What to do: Once the line with "#147=ORIENTED_EDGE('',*,*,#120,.T.);" is found in the entries below, repeat it and each following line exactly, up to and including the line with "#154=TOROIDAL_SURFACE('',#132,30.825,9.525);". Add no other lines.

Supplied data:
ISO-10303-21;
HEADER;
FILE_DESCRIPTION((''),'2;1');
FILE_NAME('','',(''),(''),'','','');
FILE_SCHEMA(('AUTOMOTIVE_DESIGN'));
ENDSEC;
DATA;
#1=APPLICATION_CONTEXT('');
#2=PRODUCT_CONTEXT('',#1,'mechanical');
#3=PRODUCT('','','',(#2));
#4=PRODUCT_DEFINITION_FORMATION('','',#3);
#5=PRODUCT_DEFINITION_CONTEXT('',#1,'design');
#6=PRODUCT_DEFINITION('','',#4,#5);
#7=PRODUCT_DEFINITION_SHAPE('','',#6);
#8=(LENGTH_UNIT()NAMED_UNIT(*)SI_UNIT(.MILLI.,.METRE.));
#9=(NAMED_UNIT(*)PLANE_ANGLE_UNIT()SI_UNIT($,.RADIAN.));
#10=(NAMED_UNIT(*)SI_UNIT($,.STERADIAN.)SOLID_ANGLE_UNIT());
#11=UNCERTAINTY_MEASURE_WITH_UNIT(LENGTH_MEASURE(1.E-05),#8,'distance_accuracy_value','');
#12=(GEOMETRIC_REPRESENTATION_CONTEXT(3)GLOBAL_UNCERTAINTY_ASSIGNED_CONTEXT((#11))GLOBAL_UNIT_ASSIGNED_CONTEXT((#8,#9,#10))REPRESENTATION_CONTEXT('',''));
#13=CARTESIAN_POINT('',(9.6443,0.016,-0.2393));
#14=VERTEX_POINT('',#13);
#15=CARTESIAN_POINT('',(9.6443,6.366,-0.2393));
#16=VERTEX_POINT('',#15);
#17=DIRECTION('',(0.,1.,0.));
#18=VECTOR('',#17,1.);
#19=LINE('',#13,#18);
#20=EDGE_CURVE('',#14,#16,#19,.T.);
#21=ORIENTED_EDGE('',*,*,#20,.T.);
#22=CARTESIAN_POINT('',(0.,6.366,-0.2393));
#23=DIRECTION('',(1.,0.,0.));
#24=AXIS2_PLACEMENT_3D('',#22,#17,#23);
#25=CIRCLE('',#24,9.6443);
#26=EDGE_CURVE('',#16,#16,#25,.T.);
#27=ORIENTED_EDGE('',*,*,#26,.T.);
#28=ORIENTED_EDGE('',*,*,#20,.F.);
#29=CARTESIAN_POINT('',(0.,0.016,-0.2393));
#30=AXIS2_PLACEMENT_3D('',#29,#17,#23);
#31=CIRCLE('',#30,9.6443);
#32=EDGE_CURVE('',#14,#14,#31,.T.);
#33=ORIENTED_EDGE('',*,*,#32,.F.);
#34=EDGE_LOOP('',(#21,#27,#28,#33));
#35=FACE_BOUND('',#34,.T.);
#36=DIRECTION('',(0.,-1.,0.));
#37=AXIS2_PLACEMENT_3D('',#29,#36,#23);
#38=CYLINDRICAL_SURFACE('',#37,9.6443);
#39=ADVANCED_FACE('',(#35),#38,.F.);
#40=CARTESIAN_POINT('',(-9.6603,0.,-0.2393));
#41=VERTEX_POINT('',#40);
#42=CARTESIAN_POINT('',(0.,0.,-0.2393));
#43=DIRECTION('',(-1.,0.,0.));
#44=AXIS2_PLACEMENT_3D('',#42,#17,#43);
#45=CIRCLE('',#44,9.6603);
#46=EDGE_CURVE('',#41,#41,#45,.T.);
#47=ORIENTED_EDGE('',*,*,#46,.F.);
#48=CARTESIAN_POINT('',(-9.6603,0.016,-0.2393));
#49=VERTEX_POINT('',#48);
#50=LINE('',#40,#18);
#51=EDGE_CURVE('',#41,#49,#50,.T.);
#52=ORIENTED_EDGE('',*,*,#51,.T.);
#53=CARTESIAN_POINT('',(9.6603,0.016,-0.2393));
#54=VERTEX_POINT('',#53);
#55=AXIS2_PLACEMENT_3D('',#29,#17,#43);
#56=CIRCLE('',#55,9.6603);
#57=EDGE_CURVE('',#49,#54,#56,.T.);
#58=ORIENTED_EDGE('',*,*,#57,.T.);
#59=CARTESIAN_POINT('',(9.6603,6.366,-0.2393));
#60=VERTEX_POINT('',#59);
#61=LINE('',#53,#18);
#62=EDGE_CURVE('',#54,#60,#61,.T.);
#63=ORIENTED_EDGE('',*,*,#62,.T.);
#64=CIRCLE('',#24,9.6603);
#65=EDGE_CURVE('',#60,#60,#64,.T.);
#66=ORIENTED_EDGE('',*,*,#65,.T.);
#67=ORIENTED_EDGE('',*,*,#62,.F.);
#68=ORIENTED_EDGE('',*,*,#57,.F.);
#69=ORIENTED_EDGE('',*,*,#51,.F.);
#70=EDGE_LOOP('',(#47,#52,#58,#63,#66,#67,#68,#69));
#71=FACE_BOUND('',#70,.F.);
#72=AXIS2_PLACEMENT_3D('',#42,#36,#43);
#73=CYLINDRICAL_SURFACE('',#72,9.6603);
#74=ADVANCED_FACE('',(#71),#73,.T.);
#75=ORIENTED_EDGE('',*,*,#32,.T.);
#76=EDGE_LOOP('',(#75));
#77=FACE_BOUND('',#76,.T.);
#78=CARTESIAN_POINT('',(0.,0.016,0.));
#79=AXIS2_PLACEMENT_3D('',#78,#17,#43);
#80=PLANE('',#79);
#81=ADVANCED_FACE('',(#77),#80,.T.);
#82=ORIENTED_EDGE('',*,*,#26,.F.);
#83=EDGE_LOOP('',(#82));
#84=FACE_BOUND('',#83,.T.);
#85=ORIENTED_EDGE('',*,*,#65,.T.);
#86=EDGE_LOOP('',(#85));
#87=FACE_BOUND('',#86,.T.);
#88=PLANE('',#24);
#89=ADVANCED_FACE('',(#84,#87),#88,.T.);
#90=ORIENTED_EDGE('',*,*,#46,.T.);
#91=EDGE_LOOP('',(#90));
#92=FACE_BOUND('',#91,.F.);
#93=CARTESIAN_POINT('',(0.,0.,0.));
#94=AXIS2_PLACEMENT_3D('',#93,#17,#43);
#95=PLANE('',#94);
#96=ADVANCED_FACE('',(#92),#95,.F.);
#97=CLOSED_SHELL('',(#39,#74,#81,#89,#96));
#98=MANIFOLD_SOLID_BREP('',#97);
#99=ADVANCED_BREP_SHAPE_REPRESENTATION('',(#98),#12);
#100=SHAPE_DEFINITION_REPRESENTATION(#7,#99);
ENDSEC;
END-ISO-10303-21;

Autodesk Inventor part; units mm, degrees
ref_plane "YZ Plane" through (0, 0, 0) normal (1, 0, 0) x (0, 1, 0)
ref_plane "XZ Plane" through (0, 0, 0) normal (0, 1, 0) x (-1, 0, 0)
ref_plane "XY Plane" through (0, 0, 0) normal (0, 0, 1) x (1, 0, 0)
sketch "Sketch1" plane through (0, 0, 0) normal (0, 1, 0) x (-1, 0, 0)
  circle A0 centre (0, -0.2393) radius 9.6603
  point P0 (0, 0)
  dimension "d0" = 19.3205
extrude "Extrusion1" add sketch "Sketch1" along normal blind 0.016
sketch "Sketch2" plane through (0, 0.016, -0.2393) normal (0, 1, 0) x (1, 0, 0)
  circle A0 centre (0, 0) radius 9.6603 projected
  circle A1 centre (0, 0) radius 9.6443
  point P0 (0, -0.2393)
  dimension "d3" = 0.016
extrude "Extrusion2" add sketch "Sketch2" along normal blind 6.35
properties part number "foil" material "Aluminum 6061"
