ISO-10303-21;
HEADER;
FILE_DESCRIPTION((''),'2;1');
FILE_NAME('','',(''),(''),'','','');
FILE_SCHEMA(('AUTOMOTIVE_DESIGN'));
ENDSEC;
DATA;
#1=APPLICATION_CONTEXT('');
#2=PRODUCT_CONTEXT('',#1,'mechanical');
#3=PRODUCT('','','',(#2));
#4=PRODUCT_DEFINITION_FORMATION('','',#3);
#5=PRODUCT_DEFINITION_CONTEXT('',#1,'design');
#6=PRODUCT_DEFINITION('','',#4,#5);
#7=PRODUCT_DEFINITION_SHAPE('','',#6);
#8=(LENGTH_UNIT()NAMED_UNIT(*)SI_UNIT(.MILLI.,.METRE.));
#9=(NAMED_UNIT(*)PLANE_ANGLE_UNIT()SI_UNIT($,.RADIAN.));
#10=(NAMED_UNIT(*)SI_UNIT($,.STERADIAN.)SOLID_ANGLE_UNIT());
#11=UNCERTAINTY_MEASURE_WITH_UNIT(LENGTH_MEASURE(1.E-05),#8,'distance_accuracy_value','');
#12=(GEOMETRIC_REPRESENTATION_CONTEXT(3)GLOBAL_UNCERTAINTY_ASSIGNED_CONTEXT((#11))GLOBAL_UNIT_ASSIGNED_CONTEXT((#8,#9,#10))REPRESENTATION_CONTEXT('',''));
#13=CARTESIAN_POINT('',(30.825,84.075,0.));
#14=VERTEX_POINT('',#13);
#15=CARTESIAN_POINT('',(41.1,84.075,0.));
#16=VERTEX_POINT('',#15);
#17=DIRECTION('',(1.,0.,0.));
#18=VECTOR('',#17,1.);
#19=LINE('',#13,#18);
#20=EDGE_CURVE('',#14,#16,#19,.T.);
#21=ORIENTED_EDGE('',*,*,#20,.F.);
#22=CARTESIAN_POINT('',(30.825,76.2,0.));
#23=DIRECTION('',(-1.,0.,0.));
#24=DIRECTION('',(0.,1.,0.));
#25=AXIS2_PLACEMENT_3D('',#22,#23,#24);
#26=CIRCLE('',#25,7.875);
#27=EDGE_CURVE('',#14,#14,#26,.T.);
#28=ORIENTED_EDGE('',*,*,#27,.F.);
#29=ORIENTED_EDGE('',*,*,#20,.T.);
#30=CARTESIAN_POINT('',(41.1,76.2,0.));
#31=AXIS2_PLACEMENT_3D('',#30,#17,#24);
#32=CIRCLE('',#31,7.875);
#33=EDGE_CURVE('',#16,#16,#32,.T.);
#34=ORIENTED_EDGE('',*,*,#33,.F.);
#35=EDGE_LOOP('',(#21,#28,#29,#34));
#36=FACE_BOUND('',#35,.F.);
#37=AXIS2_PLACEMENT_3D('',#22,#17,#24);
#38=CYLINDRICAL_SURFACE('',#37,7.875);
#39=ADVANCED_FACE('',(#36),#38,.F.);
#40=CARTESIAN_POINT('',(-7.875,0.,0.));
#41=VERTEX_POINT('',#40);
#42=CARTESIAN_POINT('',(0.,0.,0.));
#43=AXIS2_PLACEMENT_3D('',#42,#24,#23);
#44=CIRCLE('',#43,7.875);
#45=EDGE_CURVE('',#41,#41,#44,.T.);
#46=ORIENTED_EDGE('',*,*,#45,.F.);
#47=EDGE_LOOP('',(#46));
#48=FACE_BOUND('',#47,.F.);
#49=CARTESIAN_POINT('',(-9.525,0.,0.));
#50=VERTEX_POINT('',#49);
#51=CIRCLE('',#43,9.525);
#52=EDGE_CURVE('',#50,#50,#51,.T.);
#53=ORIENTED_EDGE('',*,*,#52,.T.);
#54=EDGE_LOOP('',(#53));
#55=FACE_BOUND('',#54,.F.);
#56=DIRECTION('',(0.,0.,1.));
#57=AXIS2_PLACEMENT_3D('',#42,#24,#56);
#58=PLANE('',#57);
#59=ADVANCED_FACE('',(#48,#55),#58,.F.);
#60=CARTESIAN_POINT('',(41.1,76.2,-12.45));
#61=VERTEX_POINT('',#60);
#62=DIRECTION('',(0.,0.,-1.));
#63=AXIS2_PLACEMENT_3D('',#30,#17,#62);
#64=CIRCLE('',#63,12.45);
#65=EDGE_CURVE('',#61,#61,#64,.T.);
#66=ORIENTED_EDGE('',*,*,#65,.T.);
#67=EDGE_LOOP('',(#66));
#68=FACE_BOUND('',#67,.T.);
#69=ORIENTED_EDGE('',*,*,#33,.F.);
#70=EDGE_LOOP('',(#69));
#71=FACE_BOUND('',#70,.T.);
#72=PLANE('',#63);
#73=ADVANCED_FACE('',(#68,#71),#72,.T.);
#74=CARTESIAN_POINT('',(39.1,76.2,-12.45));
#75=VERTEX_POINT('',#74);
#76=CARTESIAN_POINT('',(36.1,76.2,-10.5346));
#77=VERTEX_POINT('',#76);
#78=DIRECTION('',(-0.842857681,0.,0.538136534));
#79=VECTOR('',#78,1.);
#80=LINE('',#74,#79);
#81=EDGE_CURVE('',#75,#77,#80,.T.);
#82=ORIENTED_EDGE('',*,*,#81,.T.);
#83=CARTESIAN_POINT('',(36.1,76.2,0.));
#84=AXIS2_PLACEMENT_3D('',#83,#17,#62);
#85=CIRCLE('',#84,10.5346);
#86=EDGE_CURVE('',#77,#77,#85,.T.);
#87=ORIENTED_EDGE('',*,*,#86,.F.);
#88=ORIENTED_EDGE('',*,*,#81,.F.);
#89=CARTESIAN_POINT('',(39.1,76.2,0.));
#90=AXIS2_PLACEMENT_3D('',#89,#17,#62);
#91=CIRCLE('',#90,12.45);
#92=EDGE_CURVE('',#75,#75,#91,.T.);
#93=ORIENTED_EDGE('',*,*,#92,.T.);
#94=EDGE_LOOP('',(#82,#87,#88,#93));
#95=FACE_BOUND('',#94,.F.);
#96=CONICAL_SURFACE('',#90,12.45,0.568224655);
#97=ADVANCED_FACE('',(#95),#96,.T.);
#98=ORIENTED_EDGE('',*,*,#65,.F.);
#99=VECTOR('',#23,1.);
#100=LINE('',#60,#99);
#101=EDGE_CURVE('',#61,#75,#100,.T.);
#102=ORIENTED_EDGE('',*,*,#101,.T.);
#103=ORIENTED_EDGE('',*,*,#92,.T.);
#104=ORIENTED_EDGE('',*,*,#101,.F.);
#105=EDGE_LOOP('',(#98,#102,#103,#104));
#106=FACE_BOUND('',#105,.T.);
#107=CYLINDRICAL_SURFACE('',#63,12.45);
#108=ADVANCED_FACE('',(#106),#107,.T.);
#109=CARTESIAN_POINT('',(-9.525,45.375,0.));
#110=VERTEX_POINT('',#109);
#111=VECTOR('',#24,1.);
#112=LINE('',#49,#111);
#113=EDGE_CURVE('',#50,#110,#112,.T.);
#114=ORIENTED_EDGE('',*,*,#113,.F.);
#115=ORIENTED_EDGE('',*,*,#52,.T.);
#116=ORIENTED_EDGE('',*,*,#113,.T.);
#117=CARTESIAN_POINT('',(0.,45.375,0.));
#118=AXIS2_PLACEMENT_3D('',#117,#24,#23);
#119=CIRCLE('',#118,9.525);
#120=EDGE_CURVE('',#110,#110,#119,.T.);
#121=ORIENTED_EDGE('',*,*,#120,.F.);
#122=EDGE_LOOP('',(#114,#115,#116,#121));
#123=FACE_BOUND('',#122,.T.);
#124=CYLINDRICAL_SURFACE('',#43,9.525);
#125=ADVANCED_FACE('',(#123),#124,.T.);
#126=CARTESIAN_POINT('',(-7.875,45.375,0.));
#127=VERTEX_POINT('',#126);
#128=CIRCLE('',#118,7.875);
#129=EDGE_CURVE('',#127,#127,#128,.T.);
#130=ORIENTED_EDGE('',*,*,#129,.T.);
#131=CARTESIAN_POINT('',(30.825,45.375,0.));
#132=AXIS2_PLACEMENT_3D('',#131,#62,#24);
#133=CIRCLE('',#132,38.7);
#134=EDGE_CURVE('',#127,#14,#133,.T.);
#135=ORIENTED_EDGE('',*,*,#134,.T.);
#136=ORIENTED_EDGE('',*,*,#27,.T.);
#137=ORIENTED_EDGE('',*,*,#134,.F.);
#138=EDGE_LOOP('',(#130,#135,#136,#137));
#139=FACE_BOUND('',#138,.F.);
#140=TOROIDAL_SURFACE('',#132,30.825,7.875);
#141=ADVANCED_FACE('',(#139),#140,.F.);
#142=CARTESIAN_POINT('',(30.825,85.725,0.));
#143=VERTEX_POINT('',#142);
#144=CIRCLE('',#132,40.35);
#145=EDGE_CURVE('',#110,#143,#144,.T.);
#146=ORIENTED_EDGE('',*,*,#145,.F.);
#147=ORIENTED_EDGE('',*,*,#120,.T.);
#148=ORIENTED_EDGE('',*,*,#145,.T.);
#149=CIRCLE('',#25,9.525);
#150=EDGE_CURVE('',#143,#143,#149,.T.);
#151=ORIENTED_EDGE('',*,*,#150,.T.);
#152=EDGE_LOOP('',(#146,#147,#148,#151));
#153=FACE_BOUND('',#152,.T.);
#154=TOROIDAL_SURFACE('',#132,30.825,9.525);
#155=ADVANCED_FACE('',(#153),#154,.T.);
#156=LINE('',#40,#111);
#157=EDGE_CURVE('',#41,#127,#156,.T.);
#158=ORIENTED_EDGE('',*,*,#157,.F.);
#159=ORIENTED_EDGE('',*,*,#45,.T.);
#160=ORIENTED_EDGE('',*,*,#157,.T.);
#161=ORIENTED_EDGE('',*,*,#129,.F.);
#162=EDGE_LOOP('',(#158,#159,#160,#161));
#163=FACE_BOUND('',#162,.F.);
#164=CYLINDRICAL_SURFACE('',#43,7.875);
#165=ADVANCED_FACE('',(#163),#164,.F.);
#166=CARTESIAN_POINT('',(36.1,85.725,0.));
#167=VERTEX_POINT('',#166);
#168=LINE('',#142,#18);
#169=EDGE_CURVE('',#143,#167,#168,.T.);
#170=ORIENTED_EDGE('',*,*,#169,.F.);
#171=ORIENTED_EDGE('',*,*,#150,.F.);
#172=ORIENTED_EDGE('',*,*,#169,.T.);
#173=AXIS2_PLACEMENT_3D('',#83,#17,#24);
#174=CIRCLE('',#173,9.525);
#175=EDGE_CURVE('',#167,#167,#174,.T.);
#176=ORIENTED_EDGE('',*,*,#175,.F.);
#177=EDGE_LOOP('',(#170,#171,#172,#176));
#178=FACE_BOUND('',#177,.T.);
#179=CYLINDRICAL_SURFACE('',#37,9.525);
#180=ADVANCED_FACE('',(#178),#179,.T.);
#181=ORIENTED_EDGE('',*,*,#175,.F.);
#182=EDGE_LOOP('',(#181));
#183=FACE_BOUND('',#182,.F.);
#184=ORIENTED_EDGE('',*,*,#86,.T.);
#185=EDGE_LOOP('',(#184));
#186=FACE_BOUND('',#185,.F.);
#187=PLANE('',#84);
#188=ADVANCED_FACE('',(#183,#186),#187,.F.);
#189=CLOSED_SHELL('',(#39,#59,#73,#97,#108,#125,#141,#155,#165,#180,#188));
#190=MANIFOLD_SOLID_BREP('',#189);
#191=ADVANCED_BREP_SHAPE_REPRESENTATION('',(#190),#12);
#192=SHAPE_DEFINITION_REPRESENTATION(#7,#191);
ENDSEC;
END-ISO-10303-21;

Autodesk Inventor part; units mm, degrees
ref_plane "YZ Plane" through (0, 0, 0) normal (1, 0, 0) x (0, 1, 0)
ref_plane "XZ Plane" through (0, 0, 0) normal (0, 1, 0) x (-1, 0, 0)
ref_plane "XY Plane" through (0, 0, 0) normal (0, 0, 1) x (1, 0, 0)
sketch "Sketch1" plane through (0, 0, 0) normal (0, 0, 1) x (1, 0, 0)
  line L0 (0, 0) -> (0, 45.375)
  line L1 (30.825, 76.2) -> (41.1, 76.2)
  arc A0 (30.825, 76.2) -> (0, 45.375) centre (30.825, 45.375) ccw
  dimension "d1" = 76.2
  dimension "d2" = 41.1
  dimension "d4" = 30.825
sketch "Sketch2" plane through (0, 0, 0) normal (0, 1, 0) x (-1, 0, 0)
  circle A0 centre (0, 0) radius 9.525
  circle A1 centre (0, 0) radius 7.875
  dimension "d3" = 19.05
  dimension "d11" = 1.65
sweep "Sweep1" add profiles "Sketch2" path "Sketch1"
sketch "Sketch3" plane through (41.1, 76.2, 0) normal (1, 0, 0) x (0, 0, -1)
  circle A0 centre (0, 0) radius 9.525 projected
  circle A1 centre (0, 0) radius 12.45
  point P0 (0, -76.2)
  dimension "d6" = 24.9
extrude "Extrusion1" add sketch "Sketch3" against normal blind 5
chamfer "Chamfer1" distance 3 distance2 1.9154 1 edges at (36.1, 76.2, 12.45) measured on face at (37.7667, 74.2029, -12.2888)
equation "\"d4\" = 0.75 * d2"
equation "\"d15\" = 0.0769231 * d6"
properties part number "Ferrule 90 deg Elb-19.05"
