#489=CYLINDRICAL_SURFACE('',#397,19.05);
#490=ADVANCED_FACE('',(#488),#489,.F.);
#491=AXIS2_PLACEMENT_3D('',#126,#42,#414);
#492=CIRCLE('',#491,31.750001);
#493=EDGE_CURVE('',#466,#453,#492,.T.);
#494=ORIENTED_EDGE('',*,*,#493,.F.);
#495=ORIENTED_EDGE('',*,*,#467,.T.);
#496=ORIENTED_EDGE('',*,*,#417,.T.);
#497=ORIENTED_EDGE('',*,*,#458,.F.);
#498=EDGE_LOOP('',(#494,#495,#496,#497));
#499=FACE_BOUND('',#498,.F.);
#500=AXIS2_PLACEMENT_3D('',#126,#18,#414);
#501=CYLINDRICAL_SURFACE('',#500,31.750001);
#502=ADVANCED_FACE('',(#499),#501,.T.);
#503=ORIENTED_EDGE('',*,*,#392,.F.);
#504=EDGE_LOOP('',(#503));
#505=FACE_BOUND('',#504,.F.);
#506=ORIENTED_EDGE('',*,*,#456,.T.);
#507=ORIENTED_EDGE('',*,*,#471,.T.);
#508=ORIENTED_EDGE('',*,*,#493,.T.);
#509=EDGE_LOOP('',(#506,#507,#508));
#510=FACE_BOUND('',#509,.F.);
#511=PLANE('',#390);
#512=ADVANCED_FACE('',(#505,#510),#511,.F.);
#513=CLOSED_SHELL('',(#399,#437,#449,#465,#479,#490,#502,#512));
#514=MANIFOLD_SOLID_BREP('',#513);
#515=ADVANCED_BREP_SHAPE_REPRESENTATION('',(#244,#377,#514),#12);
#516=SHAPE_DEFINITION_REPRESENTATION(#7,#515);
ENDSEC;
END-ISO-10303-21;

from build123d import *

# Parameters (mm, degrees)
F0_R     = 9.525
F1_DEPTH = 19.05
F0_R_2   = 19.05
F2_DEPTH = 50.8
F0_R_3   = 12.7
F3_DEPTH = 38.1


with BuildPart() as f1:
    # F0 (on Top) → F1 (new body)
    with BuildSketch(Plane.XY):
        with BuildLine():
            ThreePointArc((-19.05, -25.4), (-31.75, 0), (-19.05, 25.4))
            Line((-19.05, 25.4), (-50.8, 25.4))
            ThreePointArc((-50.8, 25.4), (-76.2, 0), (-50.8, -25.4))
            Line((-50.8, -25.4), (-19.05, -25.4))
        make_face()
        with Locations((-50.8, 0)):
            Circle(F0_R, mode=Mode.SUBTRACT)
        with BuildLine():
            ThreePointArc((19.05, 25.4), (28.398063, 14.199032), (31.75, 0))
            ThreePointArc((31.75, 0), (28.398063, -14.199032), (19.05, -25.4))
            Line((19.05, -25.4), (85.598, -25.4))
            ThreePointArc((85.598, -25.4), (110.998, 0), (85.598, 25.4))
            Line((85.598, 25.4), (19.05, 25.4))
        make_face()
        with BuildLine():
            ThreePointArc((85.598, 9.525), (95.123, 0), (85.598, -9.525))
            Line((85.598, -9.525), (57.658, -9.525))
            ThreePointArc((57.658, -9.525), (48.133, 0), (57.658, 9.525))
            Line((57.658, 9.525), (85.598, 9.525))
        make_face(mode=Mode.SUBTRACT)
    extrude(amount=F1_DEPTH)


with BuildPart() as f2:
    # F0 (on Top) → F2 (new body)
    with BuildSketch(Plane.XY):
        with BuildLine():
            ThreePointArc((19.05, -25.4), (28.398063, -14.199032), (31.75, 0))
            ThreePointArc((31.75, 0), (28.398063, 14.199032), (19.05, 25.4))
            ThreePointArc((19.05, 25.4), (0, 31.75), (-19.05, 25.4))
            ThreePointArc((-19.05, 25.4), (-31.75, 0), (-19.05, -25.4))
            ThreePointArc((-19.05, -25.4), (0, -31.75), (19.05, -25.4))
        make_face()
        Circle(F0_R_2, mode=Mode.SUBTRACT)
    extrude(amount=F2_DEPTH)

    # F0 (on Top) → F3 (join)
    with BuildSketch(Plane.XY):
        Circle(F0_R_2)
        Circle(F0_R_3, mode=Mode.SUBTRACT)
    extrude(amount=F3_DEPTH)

Answer to the problem:
#147=ORIENTED_EDGE('',*,*,#120,.T.);
#148=ORIENTED_EDGE('',*,*,#145,.T.);
#149=CIRCLE('',#25,9.525);
#150=EDGE_CURVE('',#143,#143,#149,.T.);
#151=ORIENTED_EDGE('',*,*,#150,.T.);
#152=EDGE_LOOP('',(#146,#147,#148,#151));
#153=FACE_BOUND('',#152,.T.);
#154=TOROIDAL_SURFACE('',#132,30.825,9.525);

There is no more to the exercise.